Cos’è il “Bonus a chilometro 0” a quanto ammonta e a chi è destinato

La nuova linea d’intervento a carattere regionale, messa in piedi nel mese di ottobre 2020, ha stanziato 10 milioni di euro. La deliberazione della Giunta Regionale è la n.722 del 13 ottobre 2020. L’applicazione per la presentazione delle domande online è disponibile dalle ore 9.00 del 20 ottobre 2020. E ad oggi, stando a quanto risulta dalla home page ufficiale, sono state presentate 11 domande. Vediamo ora però, più nello specifico, cos’è il “Bonus a chilometro 0” a quanto ammonta e a chi è destinato.

Chi sono i beneficiari

La misura di sostegno, a carattere regionale, è attiva nella Regione Lazio. E’ una linea di contribuzione che si rivolge, nello specifico, al settore Ho.Re.Ca (ovvero della ristorazione). La finalità che si prefigge è quella d’incentivare l’acquisto di prodotti agroalimentari del Lazio. La Regione intende così contribuire al rilancio nell’acquisto di prodotti DO, IG e PAT. Acronimi sui quali è necessario soffermarci un attimo, per evitare fraintendimenti.

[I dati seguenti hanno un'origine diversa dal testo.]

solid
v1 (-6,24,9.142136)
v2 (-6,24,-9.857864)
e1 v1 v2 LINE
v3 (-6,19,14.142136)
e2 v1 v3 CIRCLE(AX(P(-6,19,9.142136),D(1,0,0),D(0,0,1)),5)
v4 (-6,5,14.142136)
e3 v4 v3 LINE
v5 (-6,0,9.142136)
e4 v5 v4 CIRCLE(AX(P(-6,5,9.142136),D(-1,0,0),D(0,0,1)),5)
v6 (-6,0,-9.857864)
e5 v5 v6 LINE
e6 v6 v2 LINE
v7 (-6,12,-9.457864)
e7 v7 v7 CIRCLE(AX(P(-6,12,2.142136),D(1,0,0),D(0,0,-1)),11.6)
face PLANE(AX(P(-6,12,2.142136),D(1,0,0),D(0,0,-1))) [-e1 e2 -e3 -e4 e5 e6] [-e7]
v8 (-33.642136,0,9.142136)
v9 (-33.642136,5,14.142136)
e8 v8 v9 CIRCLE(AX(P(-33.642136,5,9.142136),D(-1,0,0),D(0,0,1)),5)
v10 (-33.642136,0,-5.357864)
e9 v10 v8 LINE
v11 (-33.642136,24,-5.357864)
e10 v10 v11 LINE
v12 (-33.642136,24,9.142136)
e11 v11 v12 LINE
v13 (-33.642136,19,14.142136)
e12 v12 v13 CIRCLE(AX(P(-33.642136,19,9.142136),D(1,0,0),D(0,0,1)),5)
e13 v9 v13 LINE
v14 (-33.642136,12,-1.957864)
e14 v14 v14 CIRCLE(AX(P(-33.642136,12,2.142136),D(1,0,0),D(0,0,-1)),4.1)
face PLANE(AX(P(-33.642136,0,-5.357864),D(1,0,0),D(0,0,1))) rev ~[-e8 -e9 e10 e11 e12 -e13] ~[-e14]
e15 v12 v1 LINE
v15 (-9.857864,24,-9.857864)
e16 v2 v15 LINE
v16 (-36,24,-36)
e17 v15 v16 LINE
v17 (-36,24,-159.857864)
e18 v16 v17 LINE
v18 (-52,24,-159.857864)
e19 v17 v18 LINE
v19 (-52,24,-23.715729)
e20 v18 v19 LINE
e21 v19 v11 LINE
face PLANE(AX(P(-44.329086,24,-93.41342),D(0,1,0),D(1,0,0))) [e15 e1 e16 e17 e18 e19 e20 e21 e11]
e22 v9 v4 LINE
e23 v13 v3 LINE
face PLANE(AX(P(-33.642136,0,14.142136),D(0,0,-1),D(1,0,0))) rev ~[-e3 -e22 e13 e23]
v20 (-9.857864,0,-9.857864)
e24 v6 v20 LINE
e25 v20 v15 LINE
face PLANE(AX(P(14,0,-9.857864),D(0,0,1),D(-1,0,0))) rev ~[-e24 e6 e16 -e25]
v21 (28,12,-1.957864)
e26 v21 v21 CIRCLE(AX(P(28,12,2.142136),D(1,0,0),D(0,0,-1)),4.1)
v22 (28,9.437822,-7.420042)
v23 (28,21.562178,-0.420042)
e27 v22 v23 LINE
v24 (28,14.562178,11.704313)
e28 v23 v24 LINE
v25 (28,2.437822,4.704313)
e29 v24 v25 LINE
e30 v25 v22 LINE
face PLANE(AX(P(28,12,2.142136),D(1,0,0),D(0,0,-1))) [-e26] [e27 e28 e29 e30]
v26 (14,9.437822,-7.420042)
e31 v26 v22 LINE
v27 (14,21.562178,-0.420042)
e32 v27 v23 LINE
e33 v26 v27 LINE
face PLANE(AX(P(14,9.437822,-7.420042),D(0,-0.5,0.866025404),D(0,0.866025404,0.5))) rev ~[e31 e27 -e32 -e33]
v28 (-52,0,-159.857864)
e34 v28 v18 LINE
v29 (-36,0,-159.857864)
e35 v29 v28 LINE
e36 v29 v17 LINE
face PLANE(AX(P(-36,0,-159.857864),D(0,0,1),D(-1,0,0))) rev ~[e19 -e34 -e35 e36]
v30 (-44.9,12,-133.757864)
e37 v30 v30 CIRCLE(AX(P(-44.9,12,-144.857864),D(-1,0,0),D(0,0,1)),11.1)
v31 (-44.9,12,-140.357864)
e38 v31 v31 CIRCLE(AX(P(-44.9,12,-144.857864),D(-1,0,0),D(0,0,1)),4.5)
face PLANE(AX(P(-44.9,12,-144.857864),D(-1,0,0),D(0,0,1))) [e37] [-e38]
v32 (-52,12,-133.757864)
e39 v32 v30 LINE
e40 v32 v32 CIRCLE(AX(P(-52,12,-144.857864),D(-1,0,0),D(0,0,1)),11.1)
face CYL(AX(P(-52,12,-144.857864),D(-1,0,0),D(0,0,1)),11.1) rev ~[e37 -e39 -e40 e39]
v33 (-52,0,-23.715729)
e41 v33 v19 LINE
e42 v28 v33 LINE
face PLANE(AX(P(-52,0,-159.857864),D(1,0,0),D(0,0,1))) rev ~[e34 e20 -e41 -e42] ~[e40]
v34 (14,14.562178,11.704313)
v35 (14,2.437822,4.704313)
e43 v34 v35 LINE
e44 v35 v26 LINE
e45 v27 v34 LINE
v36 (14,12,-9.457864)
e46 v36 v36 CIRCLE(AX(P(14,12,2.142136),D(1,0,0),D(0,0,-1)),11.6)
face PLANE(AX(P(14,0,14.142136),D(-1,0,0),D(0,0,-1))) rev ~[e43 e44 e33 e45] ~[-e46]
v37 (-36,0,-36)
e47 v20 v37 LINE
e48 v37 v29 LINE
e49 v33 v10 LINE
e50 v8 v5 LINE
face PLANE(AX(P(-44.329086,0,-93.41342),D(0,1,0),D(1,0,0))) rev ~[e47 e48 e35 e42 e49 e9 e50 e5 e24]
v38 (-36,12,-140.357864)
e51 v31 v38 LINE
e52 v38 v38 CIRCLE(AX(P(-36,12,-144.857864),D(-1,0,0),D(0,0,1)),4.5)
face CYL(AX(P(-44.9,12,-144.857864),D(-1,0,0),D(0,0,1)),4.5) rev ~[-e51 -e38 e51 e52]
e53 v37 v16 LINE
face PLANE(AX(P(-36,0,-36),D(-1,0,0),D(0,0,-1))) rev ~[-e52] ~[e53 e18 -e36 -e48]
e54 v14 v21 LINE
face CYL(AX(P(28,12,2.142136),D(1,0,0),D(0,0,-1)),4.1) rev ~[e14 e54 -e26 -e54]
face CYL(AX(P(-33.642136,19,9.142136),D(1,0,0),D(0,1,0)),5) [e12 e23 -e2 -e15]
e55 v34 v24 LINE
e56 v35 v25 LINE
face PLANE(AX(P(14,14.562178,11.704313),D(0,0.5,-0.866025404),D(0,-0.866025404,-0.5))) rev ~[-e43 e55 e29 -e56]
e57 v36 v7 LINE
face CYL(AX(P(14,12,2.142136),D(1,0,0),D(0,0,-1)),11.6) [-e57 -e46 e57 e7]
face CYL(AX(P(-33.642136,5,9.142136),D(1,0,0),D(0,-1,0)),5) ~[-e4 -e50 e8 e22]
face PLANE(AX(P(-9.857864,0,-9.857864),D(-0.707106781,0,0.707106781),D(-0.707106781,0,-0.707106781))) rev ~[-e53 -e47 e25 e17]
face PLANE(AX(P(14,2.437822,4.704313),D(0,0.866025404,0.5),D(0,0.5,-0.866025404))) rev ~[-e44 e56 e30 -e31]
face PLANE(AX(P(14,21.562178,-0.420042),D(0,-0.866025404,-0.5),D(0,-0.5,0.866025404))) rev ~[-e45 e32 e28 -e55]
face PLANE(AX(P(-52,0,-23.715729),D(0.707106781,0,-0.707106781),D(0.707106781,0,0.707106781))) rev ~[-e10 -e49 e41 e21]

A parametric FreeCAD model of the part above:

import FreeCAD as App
import Part
import Sketcher
Q = App.Units.Quantity


def edges_at(feature, points):
    """Names of the edges that pass closest to the given points."""
    edges = feature.Shape.Edges
    near = lambda p: min(range(len(edges)), key=lambda i: edges[i].distToShape(Part.Vertex(*p))[0])
    return sorted({f"Edge{near(p) + 1}" for p in points})


def add_polygon(sketch, points):
    """Adds a closed chain of lines whose ends are joined by coincident constraints."""
    first, n = sketch.GeometryCount, len(points)
    for a, b in zip(points, points[1:] + points[:1]):
        sketch.addGeometry(Part.LineSegment(App.Vector(*a, 0), App.Vector(*b, 0)), False)
    for i in range(n):
        sketch.addConstraint(Sketcher.Constraint("Coincident", first + i, 2, first + (i + 1) % n, 1))

doc = App.newDocument("Part")
params = doc.addObject("Spreadsheet::Sheet", "Params")
for row, (alias, value) in enumerate([
    ("sketch1_width", "16 mm"),
    ("sketch1_height", "24 mm"),
    ("sketch1_height2", "19.5 mm"),
    ("pad1_length", "24 mm"),
    ("sketch2_diameter", "23.2 mm"),
    ("sketch2_width", "24 mm"),
    ("pocket1_length", "20 mm"),
    ("sketch3_diameter", "8.2 mm"),
    ("fillet_radius", "5 mm"),
    ("sketch4_length", "14 mm"),
    ("pad2_length", "14 mm"),
    ("sketch5_diameter", "8.2 mm"),
    ("sketch6_diameter", "22.2 mm"),
    ("pocket4_length", "7.1 mm"),
    ("sketch7_diameter", "9 mm"),
], start=1):
    params.set(f"A{row}", alias)
    params.set(f"B{row}", "=" + value)
    params.setAlias(f"B{row}", alias)

body = doc.addObject("PartDesign::Body", "Body")

# Sketch on XZ plane
sketch1 = body.newObject("Sketcher::SketchObject", "Sketch")
sketch1.AttachmentSupport = (doc.getObject("XZ_Plane"), [""])
sketch1.MapMode = "FlatFace"
add_polygon(sketch1, [(-36, -160), (-52, -160), (-52, -24), (-34, -5), (-34, 14), (14, 14), (14, -10), (-10, -10), (-36, -36)])  # lines 0-8
sketch1.addConstraint([
    Sketcher.Constraint("Horizontal", 0),
    Sketcher.Constraint("Vertical", 1),
    Sketcher.Constraint("Vertical", 3),
    Sketcher.Constraint("Horizontal", 4),
    Sketcher.Constraint("Vertical", 5),
    Sketcher.Constraint("Horizontal", 6),
    Sketcher.Constraint("Vertical", 8),
    Sketcher.Constraint("Parallel", 2, 7),
    Sketcher.Constraint("DistanceX", 0, 2, 0, 1, Q("16 mm")),
    Sketcher.Constraint("DistanceY", 5, 2, 5, 1, Q("24 mm")),
    Sketcher.Constraint("Angle", 2, Q("45 deg")),
    Sketcher.Constraint("DistanceY", 3, 1, 3, 2, Q("19.5 mm")),
    Sketcher.Constraint("DistanceX", 0, 2, -1, 1, Q("52 mm")),
    Sketcher.Constraint("DistanceX", -1, 1, 4, 2, Q("14 mm")),
    Sketcher.Constraint("DistanceY", 7, 2, -1, 1, Q("36 mm")),
    Sketcher.Constraint("DistanceY", 0, 2, 3, 2, Q("174 mm")),
    Sketcher.Constraint("Distance", 2, Q("25.961941 mm")),
    Sketcher.Constraint("DistanceX", 6, 2, 6, 1, Q("23.857864 mm")),
])
sketch1.setExpression("Constraints[17]", "Params.sketch1_width")
sketch1.setExpression("Constraints[18]", "Params.sketch1_height")
sketch1.setExpression("Constraints[20]", "Params.sketch1_height2")
pad1 = body.newObject("PartDesign::Pad", "Pad")
pad1.Profile = sketch1
pad1.setExpression("Length", "Params.pad1_length")
pad1.Reversed = True

# Sketch on YZ plane
sketch2 = body.newObject("Sketcher::SketchObject", "Sketch001")
sketch2.AttachmentSupport = (doc.getObject("YZ_Plane"), [""])
sketch2.MapMode = "FlatFace"
sketch2.AttachmentOffset = App.Placement(App.Vector(0, 0, 14), App.Rotation())
add_polygon(sketch2, [(24, 14), (0, 14), (0, -10), (24, -10)])  # lines 0-3
sketch2.addGeometry(Part.Circle(App.Vector(12, 2, 0), App.Vector(0, 0, 1), 12), False)  # 4
sketch2.addConstraint([
    Sketcher.Constraint("Horizontal", 0),
    Sketcher.Constraint("Vertical", 1),
    Sketcher.Constraint("Horizontal", 2),
    Sketcher.Constraint("Vertical", 3),
    Sketcher.Constraint("PointOnObject", 0, 2, -2),
    Sketcher.Constraint("Equal", 2, 1),
    Sketcher.Constraint("Diameter", 4, Q("23.2 mm")),
    Sketcher.Constraint("DistanceX", 0, 2, 0, 1, Q("24 mm")),
    Sketcher.Constraint("DistanceX", -1, 1, 4, 3, Q("12 mm")),
    Sketcher.Constraint("DistanceY", 4, 3, 0, 2, Q("12 mm")),
    Sketcher.Constraint("DistanceY", -1, 1, 4, 3, Q("2.142136 mm")),
])
sketch2.setExpression("Constraints[10]", "Params.sketch2_diameter")
sketch2.setExpression("Constraints[11]", "Params.sketch2_width")
pocket1 = body.newObject("PartDesign::Pocket", "Pocket")
pocket1.Profile = sketch2
pocket1.setExpression("Length", "Params.pocket1_length")

# Sketch on YZ plane
sketch3 = body.newObject("Sketcher::SketchObject", "Sketch002")
sketch3.AttachmentSupport = (doc.getObject("YZ_Plane"), [""])
sketch3.MapMode = "FlatFace"
sketch3.AttachmentOffset = App.Placement(App.Vector(0, 0, 14), App.Rotation())
sketch3.addGeometry(Part.Circle(App.Vector(12, 2.1, 0), App.Vector(0, 0, 1), 4.1), False)
sketch3.addConstraint([
    Sketcher.Constraint("Diameter", 0, Q("8.2 mm")),
    Sketcher.Constraint("DistanceX", -1, 1, 0, 3, Q("12 mm")),
    Sketcher.Constraint("DistanceY", -1, 1, 0, 3, Q("2.142136 mm")),
])
sketch3.setExpression("Constraints[0]", "Params.sketch3_diameter")
pocket2 = body.newObject("PartDesign::Pocket", "Pocket001")
pocket2.Profile = sketch3
pocket2.Type = "ThroughAll"
pocket2.Midplane = True
doc.recompute()

fillet = body.newObject("PartDesign::Fillet", "Fillet")
fillet.Base = (pocket2, edges_at(pocket2, [(-19.821, 0, 14.142), (-19.821, 24, 14.142)]))
fillet.setExpression("Radius", "Params.fillet_radius")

Per prodotti DO si intendono quelli a “Denominazione di Origine”. Mentre per prodotti IG si intendono quelli di “Indicazione Geografica”. Infine per prodotti PAT ci si riferisce ai “Prodotti Agroalimentari Tradizionali”. Ai fini di una puntuale identificazione dei soggetti beneficiari, si rimanda ad altro nostro precedente approfondimento.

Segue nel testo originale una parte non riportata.